The inauguration ceremony for the 44th President of the USA takes place on Tuesday, 20th January 2009.
It's a very tough time for someone whose campaign was so full of hope and promise to be taking office, in terms of both domestic and foreign policy.
So, it's perhaps a good time to re-savour the elation of his election, captured in these poems featured on the Over The Edge blog. Well worth a read, as the contributors list is as follows: Gary King, Eva Bourke, Susan Millar DuMars, Dave Lordan, Aidan Hynes, Maureen-Eilish Purcell, Gemma Marren, Michael Conneely, Desmond Swords, Marie Cadden, Susan Lindsay, Kevin Carmody, Deirdre Kearney, Gary Beck, Eileen Byrne, Rosanna Guneratne, Steve Ely, Lucie Kantorova, Kevin Higgins & Trisha McKeon.
8 comments:
What a fascinating collection. Now I'm trying to imagine a feverish outbreak of verse on the inauguration of a British premier. Nope - it's just not happening...
No laureate here , should we habve a poet for President and a bard for Biffo? I'm up for it, after all there's complete totalfeckineejits running da country ,why not one writing about it?
Oh yeah, now that Obama's elected, everything will be peachy forever and ever.
guys i'm certainly not celebrating the coronation of the new emperor, as i hope the poem reveals
dave lordan
Dave--
Yours didn't come across rose-colored, to your credit. But really, there was a slightly fatuous tone in many of the pieces.
Quincy
Dick, I agree: more likely to be the realm of satirists.
TFE - there's enough eejits writing about it in the papers every day ;)
Quincy, Dave, I did say it would be 'interesting' to look back at what people thought then, compared to now... thanks for dropping by.
Hi Barbara, Dave & Quincy,
Hope all is well with you all.

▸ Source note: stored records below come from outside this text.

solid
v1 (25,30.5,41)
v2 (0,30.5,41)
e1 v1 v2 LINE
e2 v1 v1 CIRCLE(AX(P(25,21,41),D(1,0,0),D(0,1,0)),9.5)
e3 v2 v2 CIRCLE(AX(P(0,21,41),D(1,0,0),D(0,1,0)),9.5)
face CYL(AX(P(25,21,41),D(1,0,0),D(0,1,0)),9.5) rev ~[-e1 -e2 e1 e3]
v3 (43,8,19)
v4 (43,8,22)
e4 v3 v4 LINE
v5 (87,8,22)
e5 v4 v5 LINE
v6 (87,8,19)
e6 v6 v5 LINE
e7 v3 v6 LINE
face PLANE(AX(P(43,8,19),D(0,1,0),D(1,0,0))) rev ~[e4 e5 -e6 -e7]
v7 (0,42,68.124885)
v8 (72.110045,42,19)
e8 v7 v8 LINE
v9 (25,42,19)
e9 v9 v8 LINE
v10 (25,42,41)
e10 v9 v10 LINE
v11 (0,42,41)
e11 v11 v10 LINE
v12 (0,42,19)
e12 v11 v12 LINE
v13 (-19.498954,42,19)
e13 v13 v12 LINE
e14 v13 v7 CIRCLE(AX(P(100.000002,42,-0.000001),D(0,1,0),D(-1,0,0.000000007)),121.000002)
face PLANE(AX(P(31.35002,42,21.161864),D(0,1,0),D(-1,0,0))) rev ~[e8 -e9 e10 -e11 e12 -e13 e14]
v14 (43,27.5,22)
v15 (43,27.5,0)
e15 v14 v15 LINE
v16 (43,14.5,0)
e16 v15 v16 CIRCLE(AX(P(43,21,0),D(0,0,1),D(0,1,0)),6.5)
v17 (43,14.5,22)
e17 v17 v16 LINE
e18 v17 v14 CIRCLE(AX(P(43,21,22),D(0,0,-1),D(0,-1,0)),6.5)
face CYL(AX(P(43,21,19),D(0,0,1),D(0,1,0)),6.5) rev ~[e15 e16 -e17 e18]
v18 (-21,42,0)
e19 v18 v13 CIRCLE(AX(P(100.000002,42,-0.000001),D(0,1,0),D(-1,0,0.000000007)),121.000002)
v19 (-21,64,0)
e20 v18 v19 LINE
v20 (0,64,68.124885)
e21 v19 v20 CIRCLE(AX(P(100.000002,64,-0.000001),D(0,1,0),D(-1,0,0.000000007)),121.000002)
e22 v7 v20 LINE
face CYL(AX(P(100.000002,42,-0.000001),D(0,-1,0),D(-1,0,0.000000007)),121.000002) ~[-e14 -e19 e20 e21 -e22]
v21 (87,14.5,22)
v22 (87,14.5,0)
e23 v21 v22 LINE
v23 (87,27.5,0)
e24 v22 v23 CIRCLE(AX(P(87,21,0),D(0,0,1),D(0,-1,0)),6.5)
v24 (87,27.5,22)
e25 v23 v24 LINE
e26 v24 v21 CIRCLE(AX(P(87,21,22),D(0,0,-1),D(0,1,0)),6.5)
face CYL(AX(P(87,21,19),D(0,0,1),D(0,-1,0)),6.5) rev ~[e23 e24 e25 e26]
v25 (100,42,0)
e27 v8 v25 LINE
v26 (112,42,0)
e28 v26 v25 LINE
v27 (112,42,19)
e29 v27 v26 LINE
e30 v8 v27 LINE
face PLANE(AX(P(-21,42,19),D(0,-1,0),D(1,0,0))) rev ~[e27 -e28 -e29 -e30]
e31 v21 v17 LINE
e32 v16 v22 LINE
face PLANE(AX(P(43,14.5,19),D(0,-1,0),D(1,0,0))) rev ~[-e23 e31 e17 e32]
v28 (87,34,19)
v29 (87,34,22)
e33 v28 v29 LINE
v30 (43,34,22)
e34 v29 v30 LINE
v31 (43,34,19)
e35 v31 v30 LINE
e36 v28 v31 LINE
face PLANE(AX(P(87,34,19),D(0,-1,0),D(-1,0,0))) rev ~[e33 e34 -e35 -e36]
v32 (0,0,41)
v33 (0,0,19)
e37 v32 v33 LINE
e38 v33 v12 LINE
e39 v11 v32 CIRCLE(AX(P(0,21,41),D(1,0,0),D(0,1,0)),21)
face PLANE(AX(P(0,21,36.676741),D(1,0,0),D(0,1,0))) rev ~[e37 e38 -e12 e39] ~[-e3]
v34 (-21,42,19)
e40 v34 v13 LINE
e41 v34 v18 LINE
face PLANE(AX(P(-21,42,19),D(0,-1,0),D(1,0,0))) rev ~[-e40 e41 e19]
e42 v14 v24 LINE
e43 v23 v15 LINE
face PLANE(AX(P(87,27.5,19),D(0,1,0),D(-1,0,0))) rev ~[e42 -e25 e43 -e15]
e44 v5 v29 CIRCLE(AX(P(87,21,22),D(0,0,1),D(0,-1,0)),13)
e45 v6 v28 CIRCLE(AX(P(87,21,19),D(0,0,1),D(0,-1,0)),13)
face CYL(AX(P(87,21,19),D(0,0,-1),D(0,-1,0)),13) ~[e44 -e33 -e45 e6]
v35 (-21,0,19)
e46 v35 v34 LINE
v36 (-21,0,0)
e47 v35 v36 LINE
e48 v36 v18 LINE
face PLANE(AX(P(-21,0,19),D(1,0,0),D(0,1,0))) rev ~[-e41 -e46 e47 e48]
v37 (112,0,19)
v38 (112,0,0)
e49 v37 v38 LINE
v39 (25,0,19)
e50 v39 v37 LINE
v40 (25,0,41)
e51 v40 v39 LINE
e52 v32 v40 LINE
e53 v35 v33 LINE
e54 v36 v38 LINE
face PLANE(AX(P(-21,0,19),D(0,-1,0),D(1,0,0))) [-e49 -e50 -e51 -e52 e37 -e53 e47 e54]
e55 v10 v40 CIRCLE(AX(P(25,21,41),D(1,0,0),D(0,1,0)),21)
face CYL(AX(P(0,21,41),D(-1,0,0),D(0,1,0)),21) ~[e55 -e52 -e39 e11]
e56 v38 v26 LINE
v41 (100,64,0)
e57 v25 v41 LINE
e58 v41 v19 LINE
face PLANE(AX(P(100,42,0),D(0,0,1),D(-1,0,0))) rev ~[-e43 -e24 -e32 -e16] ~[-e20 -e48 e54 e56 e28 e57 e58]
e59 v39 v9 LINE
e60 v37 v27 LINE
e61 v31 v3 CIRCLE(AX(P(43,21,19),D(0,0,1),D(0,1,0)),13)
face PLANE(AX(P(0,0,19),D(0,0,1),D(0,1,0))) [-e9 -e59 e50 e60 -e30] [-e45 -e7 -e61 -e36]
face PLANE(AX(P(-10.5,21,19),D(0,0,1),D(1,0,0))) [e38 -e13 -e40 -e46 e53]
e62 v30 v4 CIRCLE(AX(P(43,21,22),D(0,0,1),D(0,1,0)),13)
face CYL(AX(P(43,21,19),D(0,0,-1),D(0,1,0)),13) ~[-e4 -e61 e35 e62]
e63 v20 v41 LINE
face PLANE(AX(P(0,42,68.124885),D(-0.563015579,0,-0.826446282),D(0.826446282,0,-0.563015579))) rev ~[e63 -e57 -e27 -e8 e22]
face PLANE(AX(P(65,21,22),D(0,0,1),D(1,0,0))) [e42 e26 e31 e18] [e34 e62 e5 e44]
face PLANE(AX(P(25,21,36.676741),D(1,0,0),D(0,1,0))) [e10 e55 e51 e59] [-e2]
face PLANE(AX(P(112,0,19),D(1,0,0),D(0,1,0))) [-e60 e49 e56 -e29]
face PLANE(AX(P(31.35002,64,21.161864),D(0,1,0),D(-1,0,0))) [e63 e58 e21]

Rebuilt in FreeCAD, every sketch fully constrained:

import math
import FreeCAD as App
import Part
import Sketcher

doc = App.newDocument("Part")
body = doc.addObject("PartDesign::Body", "Body")

sketch1 = body.newObject("Sketcher::SketchObject", "Sketch")
sketch1.AttachmentSupport = (doc.getObject("YZ_Plane"), [""])
sketch1.MapMode = "FlatFace"
sketch1.addGeometry([
    Part.LineSegment(App.Vector(0, 19, 0), App.Vector(0, 0, 0)),
    Part.LineSegment(App.Vector(0, 0, 0), App.Vector(42, 0, 0)),
    Part.LineSegment(App.Vector(42, 0, 0), App.Vector(42, 19, 0)),
    Part.LineSegment(App.Vector(42, 19, 0), App.Vector(0, 19, 0)),
], False)
sketch1.addConstraint([
    Sketcher.Constraint("Coincident", 0, 2, 1, 1),
    Sketcher.Constraint("Coincident", 1, 2, 2, 1),
    Sketcher.Constraint("Coincident", 2, 2, 3, 1),
    Sketcher.Constraint("Coincident", 3, 2, 0, 1),
    Sketcher.Constraint("Vertical", 0),
    Sketcher.Constraint("Horizontal", 1),
    Sketcher.Constraint("Vertical", 2),
    Sketcher.Constraint("Horizontal", 3),
    Sketcher.Constraint("Coincident", 0, 2, -1, 1),
    Sketcher.Constraint("DistanceX", 1, 1, 1, 2, 42.0),
    Sketcher.Constraint("DistanceY", 0, 2, 0, 1, 19.0),
])
pad1 = body.newObject("PartDesign::Pad", "Pad")
pad1.Profile = sketch1
pad1.Length = 133

sketch2 = body.newObject("Sketcher::SketchObject", "Sketch001")
sketch2.AttachmentSupport = (doc.getObject("YZ_Plane"), [""])
sketch2.MapMode = "FlatFace"
sketch2.addGeometry([
    Part.LineSegment(App.Vector(0, 41, 0), App.Vector(0, 19, 0)),
    Part.LineSegment(App.Vector(0, 19, 0), App.Vector(42, 19, 0)),
    Part.LineSegment(App.Vector(42, 19, 0), App.Vector(42, 41, 0)),
    Part.ArcOfCircle(Part.Circle(App.Vector(21, 41, 0), App.Vector(0, 0, 1), 21), math.radians(0), math.radians(180)),
], False)
sketch2.addConstraint([
    Sketcher.Constraint("Coincident", 0, 2, 1, 1),
    Sketcher.Constraint("Coincident", 1, 2, 2, 1),
    Sketcher.Constraint("Tangent", 2, 2, 3, 1),
    Sketcher.Constraint("Tangent", 3, 2, 0, 1),
    Sketcher.Constraint("Vertical", 0),
    Sketcher.Constraint("Horizontal", 1),
    Sketcher.Constraint("Vertical", 2),
    Sketcher.Constraint("PointOnObject", 0, 2, -2),
    Sketcher.Constraint("Radius", 3, 21.0),
    Sketcher.Constraint("DistanceY", 0, 2, 0, 1, 22.0),
    Sketcher.Constraint("DistanceY", -1, 1, 3, 3, 41.0),
])
pad2 = body.newObject("PartDesign::Pad", "Pad001")
pad2.Profile = sketch2
pad2.Length = 25

sketch3 = body.newObject("Sketcher::SketchObject", "Sketch002")
sketch3.AttachmentSupport = (doc.getObject("XY_Plane"), [""])
sketch3.MapMode = "FlatFace"
sketch3.AttachmentOffset = App.Placement(App.Vector(0, 0, 19), App.Rotation())
sketch3.addGeometry([
    Part.LineSegment(App.Vector(-21, 42, 0), App.Vector(-21, 0, 0)),
    Part.LineSegment(App.Vector(-21, 0, 0), App.Vector(0, 0, 0)),
    Part.LineSegment(App.Vector(0, 0, 0), App.Vector(0, 42, 0)),
    Part.LineSegment(App.Vector(0, 42, 0), App.Vector(-21, 42, 0)),
], False)
sketch3.addConstraint([
    Sketcher.Constraint("Coincident", 0, 2, 1, 1),
    Sketcher.Constraint("Coincident", 1, 2, 2, 1),
    Sketcher.Constraint("Coincident", 2, 2, 3, 1),
    Sketcher.Constraint("Coincident", 3, 2, 0, 1),
    Sketcher.Constraint("Vertical", 0),
    Sketcher.Constraint("Horizontal", 1),
    Sketcher.Constraint("Vertical", 2),
    Sketcher.Constraint("Horizontal", 3),
    Sketcher.Constraint("Coincident", 1, 2, -1, 1),
    Sketcher.Constraint("DistanceX", 1, 1, 1, 2, 21.0),
    Sketcher.Constraint("DistanceY", 0, 2, 0, 1, 42.0),
])
pad3 = body.newObject("PartDesign::Pad", "Pad002")
pad3.Profile = sketch3
pad3.Length = 19
pad3.Reversed = True

sketch4 = body.newObject("Sketcher::SketchObject", "Sketch003")
sketch4.AttachmentSupport = (doc.getObject("YZ_Plane"), [""])
sketch4.MapMode = "FlatFace"
sketch4.AttachmentOffset = App.Placement(App.Vector(0, 0, 25), App.Rotation())
sketch4.addGeometry(Part.Circle(App.Vector(21, 41, 0), App.Vector(0, 0, 1), 10), False)
sketch4.addConstraint([
    Sketcher.Constraint("Diameter", 0, 19.0),
    Sketcher.Constraint("DistanceX", -1, 1, 0, 3, 21.0),
    Sketcher.Constraint("DistanceY", -1, 1, 0, 3, 41.0),
])
pocket1 = body.newObject("PartDesign::Pocket", "Pocket")
pocket1.Profile = sketch4
pocket1.Type = "ThroughAll"

sketch5 = body.newObject("Sketcher::SketchObject", "Sketch004")
sketch5.AttachmentSupport = (doc.getObject("XY_Plane"), [""])
sketch5.MapMode = "FlatFace"
sketch5.AttachmentOffset = App.Placement(App.Vector(0, 0, 19), App.Rotation())
sketch5.addGeometry([
    Part.LineSegment(App.Vector(112, 42, 0), App.Vector(112, 0, 0)),
    Part.LineSegment(App.Vector(112, 0, 0), App.Vector(133, 0, 0)),
    Part.LineSegment(App.Vector(133, 0, 0), App.Vector(133, 42, 0)),
    Part.LineSegment(App.Vector(133, 42, 0), App.Vector(112, 42, 0)),
], False)
sketch5.addConstraint([
    Sketcher.Constraint("Coincident", 0, 2, 1, 1),
    Sketcher.Constraint("Coincident", 1, 2, 2, 1),
    Sketcher.Constraint("Coincident", 2, 2, 3, 1),
    Sketcher.Constraint("Coincident", 3, 2, 0, 1),
    Sketcher.Constraint("Vertical", 0),
    Sketcher.Constraint("Horizontal", 1),
    Sketcher.Constraint("Vertical", 2),
    Sketcher.Constraint("Horizontal", 3),
    Sketcher.Constraint("PointOnObject", 0, 2, -1),
    Sketcher.Constraint("DistanceX", 1, 1, 1, 2, 21.0),
    Sketcher.Constraint("DistanceY", 0, 2, 0, 1, 42.0),
    Sketcher.Constraint("DistanceX", -1, 1, 0, 2, 112.0),
])
pocket2 = body.newObject("PartDesign::Pocket", "Pocket001")
pocket2.Profile = sketch5
pocket2.Type = "ThroughAll"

About the poems: they are not really (as a collection) poems to celebrate Obama's election or inauguration, but poems that respond to it in some way. When we sent out the call for poems, we specifically said that the poems could be written from any political point of view and that's what we've done. Inevitably there is an occasional quality to many of the poems, as there will be with any collection of poems responding to a public event. The idea, as with most things we do with Over The Edge, came from an organic place (oh dear, what a very hippy dippy thing for me to say!). Gary King had a poem on the issue, written this time last year. Then Susan wrote one after we were in St. Louis in November, just after the election. And then we thought, why not put out the call. And I also made it a task in the poetry workshops at Galway Arts Centre. Anyway, there's the background. But in terms of 'celebrating' the coming of Obama; yes, most of the poems are, I think it's fair to say, favourably disposed towards his arrival. But if we received a poem saying that he was a pawn of evil capitalists, we would have published that too. And if we received a poem on the issue from a supporter of George W. Bush, we would have published that. The free exchange of ideas makes life so much more interesting. And more than that: it's the only way to go, all the best, Kevin
Hi Kevin, thanks for swinging by and elaborating on the call for and publishing of the poems responding (okay, next time I will be careful) to Obama's election and the new period just undertaken in US political history. If nothing else, at least we are talking about poetry, so these are not out there in a vacuum... and it's good to know that all poems, from whatever POV would have had a fair go. Thanks once again!